Jhene Aiko and Pharrell are buried too deep in the 51-min tracklist. The Aiko feature elevates an otherwise boilerplate romantic song. “One Of Dem Nights” is one of several tracks where Moneybagg does the compulsory mid-career rapper move of exploring one’s autotuned melodic range. He tends to rap worse in this style, and less precise when feelings are involved, but the slower more awkward delivery here somehow makes it truer to the song’s theme.

Something is slightly off about “Certified Neptunes,” as if Pharrell’s polished voice doesn’t mesh with the thin, grating beat. The song is less of what children out there in the world might refer to as a “slapper of sorts,” a typical response to anything featuring that hat-wearing Voice judge, and more of a, “huh, that’s a fascinating collaboration” type track. Moneybagg’s repeated phrasing of “I’ve been locked in with Pharrell” lets you know he put the requisite time and energy into the album’s recording process, and could’ve been the alternate hook.

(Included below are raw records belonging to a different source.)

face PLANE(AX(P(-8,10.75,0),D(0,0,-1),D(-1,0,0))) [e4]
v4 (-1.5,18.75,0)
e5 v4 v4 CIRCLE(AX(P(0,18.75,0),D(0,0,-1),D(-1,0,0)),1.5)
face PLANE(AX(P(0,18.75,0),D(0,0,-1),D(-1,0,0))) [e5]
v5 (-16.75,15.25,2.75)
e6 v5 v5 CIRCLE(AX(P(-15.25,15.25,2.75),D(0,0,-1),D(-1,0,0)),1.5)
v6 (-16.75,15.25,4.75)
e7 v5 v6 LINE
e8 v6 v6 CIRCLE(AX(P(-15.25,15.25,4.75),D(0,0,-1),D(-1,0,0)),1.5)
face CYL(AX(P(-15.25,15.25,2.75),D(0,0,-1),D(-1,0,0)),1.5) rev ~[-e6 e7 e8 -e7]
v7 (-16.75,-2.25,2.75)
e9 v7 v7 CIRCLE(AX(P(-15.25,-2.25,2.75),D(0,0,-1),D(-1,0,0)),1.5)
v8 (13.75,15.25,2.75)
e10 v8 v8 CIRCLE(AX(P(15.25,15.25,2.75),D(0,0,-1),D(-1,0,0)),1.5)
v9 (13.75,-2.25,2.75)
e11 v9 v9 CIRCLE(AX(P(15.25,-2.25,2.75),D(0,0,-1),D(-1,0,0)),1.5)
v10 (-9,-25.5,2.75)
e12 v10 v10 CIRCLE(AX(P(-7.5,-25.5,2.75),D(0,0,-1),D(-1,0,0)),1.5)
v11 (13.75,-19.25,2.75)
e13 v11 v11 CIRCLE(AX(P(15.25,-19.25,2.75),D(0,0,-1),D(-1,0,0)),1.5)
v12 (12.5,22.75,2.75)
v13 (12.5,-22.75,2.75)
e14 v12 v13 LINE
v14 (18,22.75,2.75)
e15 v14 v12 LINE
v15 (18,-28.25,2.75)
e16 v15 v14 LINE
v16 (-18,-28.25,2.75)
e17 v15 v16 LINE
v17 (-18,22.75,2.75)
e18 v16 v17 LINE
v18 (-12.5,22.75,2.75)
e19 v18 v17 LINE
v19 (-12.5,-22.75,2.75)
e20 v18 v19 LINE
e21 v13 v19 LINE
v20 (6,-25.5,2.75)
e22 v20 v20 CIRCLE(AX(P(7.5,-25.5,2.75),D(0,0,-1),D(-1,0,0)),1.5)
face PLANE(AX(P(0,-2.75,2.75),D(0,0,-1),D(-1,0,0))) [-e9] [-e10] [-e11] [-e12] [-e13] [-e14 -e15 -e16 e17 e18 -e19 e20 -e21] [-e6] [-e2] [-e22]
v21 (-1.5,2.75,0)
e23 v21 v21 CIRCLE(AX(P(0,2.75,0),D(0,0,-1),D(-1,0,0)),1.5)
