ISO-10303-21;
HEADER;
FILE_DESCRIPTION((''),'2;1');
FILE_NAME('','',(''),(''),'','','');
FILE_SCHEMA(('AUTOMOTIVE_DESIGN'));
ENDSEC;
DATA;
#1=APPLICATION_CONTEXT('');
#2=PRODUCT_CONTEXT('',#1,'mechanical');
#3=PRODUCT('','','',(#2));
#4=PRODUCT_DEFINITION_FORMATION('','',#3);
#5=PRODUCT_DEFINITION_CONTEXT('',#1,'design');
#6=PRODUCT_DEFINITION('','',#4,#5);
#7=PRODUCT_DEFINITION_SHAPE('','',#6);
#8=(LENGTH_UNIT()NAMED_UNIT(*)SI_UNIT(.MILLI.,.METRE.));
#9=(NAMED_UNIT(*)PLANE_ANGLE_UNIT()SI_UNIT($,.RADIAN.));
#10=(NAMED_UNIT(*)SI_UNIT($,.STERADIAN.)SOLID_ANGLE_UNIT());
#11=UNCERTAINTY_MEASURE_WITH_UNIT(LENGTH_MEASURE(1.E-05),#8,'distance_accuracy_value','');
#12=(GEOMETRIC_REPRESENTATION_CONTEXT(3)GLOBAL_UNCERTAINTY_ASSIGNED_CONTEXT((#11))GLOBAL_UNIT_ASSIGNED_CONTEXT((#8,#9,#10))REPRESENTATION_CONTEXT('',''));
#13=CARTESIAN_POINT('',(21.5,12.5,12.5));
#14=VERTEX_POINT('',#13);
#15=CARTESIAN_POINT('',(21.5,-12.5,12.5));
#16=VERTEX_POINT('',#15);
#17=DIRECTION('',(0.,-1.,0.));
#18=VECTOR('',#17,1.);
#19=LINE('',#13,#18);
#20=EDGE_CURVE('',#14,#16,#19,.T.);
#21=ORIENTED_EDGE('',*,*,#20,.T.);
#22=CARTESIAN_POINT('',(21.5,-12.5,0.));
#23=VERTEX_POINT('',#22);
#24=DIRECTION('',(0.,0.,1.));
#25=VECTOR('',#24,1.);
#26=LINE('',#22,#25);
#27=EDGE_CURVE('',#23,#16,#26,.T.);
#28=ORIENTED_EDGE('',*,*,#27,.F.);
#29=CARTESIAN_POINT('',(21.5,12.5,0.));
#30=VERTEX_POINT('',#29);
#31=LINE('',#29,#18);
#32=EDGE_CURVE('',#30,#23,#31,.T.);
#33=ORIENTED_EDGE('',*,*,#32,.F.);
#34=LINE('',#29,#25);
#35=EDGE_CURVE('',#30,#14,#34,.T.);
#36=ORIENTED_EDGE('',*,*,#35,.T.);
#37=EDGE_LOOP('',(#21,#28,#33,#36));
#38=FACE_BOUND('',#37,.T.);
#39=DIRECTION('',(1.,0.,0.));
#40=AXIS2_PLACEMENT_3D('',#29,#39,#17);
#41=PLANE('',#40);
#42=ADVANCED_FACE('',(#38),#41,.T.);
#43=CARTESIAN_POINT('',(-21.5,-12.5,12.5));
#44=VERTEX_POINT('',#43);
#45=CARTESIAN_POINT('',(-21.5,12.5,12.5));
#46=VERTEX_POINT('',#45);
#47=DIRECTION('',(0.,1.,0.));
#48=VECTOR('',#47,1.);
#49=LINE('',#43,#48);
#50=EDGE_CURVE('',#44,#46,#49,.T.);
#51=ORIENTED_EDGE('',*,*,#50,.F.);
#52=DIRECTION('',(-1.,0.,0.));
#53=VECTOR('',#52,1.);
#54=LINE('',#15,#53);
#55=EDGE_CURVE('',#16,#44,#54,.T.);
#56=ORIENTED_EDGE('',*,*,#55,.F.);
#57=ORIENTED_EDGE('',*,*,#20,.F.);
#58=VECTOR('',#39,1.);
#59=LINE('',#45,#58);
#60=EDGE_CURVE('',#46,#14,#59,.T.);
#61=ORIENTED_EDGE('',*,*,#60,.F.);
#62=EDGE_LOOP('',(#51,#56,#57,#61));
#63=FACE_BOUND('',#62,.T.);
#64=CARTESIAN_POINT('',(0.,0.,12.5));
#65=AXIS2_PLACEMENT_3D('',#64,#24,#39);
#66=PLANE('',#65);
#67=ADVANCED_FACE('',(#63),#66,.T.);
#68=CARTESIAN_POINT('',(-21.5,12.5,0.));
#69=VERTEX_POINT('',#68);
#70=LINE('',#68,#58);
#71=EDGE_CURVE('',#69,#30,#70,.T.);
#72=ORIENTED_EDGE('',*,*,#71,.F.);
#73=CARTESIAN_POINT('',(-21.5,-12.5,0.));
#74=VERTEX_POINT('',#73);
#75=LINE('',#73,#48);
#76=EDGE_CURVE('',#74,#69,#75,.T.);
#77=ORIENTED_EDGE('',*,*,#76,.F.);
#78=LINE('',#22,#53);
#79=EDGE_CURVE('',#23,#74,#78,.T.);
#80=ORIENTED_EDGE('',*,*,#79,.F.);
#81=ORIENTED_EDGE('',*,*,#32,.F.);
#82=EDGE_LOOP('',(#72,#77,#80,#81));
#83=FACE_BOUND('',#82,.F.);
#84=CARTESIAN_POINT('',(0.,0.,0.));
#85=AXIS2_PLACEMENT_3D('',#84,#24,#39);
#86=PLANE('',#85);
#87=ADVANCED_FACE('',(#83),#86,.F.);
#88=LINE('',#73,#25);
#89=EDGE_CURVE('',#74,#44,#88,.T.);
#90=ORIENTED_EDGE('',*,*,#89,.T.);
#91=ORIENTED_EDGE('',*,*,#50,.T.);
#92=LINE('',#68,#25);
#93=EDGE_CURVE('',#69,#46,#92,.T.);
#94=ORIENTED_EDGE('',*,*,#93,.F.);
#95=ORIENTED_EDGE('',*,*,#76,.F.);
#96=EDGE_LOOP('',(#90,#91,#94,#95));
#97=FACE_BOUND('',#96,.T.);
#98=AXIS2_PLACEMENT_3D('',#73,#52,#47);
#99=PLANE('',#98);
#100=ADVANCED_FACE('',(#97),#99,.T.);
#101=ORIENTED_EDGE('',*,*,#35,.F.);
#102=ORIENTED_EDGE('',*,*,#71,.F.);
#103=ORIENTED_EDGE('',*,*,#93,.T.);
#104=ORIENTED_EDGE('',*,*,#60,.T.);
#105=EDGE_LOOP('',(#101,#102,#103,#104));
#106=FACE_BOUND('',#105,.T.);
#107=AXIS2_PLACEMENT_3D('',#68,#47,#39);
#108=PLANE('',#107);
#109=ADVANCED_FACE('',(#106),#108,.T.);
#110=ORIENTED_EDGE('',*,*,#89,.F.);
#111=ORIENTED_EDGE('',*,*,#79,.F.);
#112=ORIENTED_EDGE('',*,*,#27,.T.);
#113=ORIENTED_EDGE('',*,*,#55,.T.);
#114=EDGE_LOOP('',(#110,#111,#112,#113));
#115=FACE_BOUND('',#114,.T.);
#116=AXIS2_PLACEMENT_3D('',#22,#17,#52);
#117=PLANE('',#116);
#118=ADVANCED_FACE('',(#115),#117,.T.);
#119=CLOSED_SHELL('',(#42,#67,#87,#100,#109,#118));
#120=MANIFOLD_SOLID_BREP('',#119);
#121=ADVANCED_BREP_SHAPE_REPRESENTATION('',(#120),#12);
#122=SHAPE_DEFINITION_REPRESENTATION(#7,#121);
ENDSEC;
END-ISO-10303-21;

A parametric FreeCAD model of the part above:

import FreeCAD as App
import Part
import Sketcher
Q = App.Units.Quantity


def add_polygon(sketch, points):
    """Adds a closed chain of lines whose ends are joined by coincident constraints."""
    first, n = sketch.GeometryCount, len(points)
    for a, b in zip(points, points[1:] + points[:1]):
        sketch.addGeometry(Part.LineSegment(App.Vector(*a, 0), App.Vector(*b, 0)), False)
    for i in range(n):
        sketch.addConstraint(Sketcher.Constraint("Coincident", first + i, 2, first + (i + 1) % n, 1))

doc = App.newDocument("Part")
params = doc.addObject("Spreadsheet::Sheet", "Params")
for row, (alias, value) in enumerate([
    ("sketch1_width", "43 mm"),
    ("sketch1_height", "25 mm"),
    ("pad1_length", "12.5 mm"),
], start=1):
    params.set(f"A{row}", alias)
    params.set(f"B{row}", "=" + value)
    params.setAlias(f"B{row}", alias)

body = doc.addObject("PartDesign::Body", "Body")

sketch1 = doc.addObject("Sketcher::SketchObject", "Sketch")
body.addObject(sketch1)
sketch1.AttachmentSupport = (doc.XY_Plane, [""])
sketch1.MapMode = "FlatFace"
add_polygon(sketch1, [(22, 12), (-22, 12), (-22, -12), (22, -12)])
sketch1.addConstraint(Sketcher.Constraint("Horizontal", 0))
sketch1.addConstraint(Sketcher.Constraint("Vertical", 1))
sketch1.addConstraint(Sketcher.Constraint("Horizontal", 2))
sketch1.addConstraint(Sketcher.Constraint("Vertical", 3))
sketch1.addConstraint(Sketcher.Constraint("Symmetric", 0, 2, 2, 2, -1, 1))
sketch1.addConstraint(Sketcher.Constraint("DistanceX", 0, 2, 0, 1, Q("43 mm")))
sketch1.addConstraint(Sketcher.Constraint("DistanceY", 1, 2, 1, 1, Q("25 mm")))
sketch1.setExpression("Constraints[9]", "Params.sketch1_width")
sketch1.setExpression("Constraints[10]", "Params.sketch1_height")
pad1 = doc.addObject("PartDesign::Pad", "Pad")
body.addObject(pad1)
pad1.Profile = sketch1
pad1.setExpression("Length", "Params.pad1_length")

doc.recompute()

If there is a word for “the feeling one gets when they know a thing is objectively good (and at times a risk-taking experimental artistic endeavor), but fails to ignite a previously-experienced passionate energy associated with said thing,” it probably hasn’t appeared in a James Patterson novel or a Moneybagg Yo album. Pall (“to become less appealing or interesting through familiarity”) is the closest English verb, but in the case of A Gangsta’s Pain familiarity is what makes it more interesting. German words are über-specific and sound cooler, so allow me to make one up to fit my definition: Depreshtik.

A Gangsta’s Pain is a depreshtik album. Not depressing. But not hype-inducing either, in the way Time Served was. Despite his propensity for single-churning, Moneybagg Yo has a bleak sound. It can make you want to line up for the socially distanced club, or sit in your car with a blank notebook, or do and feel nothing at all.

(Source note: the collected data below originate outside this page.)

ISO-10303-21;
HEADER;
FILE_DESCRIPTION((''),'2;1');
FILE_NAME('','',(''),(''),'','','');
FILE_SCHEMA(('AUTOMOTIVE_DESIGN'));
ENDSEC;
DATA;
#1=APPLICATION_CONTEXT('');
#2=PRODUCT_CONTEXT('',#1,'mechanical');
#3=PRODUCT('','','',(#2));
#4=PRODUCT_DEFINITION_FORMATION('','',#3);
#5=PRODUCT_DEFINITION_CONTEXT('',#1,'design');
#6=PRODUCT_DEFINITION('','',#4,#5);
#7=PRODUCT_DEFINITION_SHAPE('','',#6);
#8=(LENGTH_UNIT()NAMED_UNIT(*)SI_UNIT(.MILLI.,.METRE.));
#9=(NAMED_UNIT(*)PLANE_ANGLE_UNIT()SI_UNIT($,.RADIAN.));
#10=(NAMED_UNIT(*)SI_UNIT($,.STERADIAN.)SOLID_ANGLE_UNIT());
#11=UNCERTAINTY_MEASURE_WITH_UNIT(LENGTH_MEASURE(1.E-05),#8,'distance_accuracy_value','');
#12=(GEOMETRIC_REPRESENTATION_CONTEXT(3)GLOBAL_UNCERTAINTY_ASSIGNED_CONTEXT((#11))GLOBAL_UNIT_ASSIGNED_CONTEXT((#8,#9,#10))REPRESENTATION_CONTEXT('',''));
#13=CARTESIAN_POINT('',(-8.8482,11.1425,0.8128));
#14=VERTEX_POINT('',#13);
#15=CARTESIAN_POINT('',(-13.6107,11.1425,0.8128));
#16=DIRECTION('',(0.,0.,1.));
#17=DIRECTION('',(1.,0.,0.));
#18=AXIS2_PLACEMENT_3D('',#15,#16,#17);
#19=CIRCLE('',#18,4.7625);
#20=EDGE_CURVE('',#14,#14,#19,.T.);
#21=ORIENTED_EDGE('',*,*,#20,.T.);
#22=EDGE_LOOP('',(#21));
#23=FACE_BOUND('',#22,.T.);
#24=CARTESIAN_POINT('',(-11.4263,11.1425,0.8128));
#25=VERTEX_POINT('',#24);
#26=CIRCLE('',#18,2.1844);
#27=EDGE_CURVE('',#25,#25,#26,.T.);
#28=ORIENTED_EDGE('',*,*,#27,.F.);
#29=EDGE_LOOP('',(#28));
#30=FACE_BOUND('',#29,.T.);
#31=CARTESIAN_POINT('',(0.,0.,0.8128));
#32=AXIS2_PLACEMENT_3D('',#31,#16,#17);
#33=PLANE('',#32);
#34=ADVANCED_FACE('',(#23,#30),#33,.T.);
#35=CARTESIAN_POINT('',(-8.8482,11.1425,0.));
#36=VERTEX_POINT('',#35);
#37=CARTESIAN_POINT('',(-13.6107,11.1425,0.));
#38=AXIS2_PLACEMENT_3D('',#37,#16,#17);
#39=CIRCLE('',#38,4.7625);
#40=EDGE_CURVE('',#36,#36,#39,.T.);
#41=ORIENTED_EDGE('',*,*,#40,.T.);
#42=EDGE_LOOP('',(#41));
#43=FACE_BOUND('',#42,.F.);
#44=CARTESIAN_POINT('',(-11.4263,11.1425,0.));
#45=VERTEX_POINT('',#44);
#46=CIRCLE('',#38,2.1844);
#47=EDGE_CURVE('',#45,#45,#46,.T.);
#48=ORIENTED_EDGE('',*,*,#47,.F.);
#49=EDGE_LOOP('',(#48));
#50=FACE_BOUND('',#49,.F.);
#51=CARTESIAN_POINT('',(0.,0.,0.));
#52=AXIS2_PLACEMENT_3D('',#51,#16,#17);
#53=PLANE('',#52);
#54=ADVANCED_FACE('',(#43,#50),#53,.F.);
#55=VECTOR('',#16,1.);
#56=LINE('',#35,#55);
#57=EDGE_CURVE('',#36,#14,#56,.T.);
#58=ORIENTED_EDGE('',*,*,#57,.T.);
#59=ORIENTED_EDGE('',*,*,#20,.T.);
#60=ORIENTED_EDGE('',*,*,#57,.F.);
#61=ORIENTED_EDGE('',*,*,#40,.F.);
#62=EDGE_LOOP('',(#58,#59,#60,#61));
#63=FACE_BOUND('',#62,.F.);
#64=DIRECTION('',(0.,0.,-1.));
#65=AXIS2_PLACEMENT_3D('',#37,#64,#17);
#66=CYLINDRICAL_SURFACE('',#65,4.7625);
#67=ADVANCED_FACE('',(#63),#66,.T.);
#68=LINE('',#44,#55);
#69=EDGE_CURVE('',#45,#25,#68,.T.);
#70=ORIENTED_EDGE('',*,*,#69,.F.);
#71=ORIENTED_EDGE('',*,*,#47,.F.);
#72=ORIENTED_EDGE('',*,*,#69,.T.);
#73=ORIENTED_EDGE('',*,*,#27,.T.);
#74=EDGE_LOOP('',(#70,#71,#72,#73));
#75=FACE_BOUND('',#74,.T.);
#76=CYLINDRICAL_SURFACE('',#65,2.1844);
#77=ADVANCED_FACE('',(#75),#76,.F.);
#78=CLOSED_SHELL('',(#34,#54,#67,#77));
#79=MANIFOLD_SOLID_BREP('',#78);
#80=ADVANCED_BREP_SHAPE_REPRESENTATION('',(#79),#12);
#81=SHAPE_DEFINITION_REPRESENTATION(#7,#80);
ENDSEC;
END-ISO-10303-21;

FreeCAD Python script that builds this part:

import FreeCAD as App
import Part
import Sketcher
from FreeCAD import Vector
Q = App.Units.Quantity

doc = App.newDocument("Part")
body = doc.addObject("PartDesign::Body", "Body")

# Sketch on XY plane
sketch1 = body.newObject("Sketcher::SketchObject", "Sketch")
sketch1.AttachmentSupport = (doc.getObject("XY_Plane"), [""])
sketch1.MapMode = "FlatFace"
sketch1.addGeometry(Part.Circle(Vector(-13.6107, 11.1425, 0), Vector(0, 0, 1), 4.7625), False)
sketch1.addGeometry(Part.Circle(Vector(-13.6107, 11.1425, 0), Vector(0, 0, 1), 2.1844), False)
sketch1.addConstraint(Sketcher.Constraint("Coincident", 1, 3, 0, 3))
sketch1.addConstraint(Sketcher.Constraint("Diameter", 0, Q("0.375 in")))
sketch1.addConstraint(Sketcher.Constraint("Diameter", 1, Q("0.172 in")))
sketch1.addConstraint(Sketcher.Constraint("DistanceX", 0, 3, -1, 1, Q("13.6107 mm")))
sketch1.addConstraint(Sketcher.Constraint("DistanceY", -1, 1, 0, 3, Q("11.1425 mm")))
pad1 = body.newObject("PartDesign::Pad", "Pad")
pad1.Profile = sketch1
pad1.Length = Q("0.032 in")

doc.recompute()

Or perhaps I am just depressed, and my interpretation of the album has been skewed through personal hopelessness and pessimism. Worth repeating that if you’ve never heard Moneybagg Yo, you should change that, and if you have heard him and enjoyed him, then this album will satisfy a craving for new material and an expanded catalogue. But A Gangsta’s Pain is so long, and so much of the same, despite the points of obvious evolution, that it’s Depreshtik. And yes, James Patterson, you can use that as the title for your next book.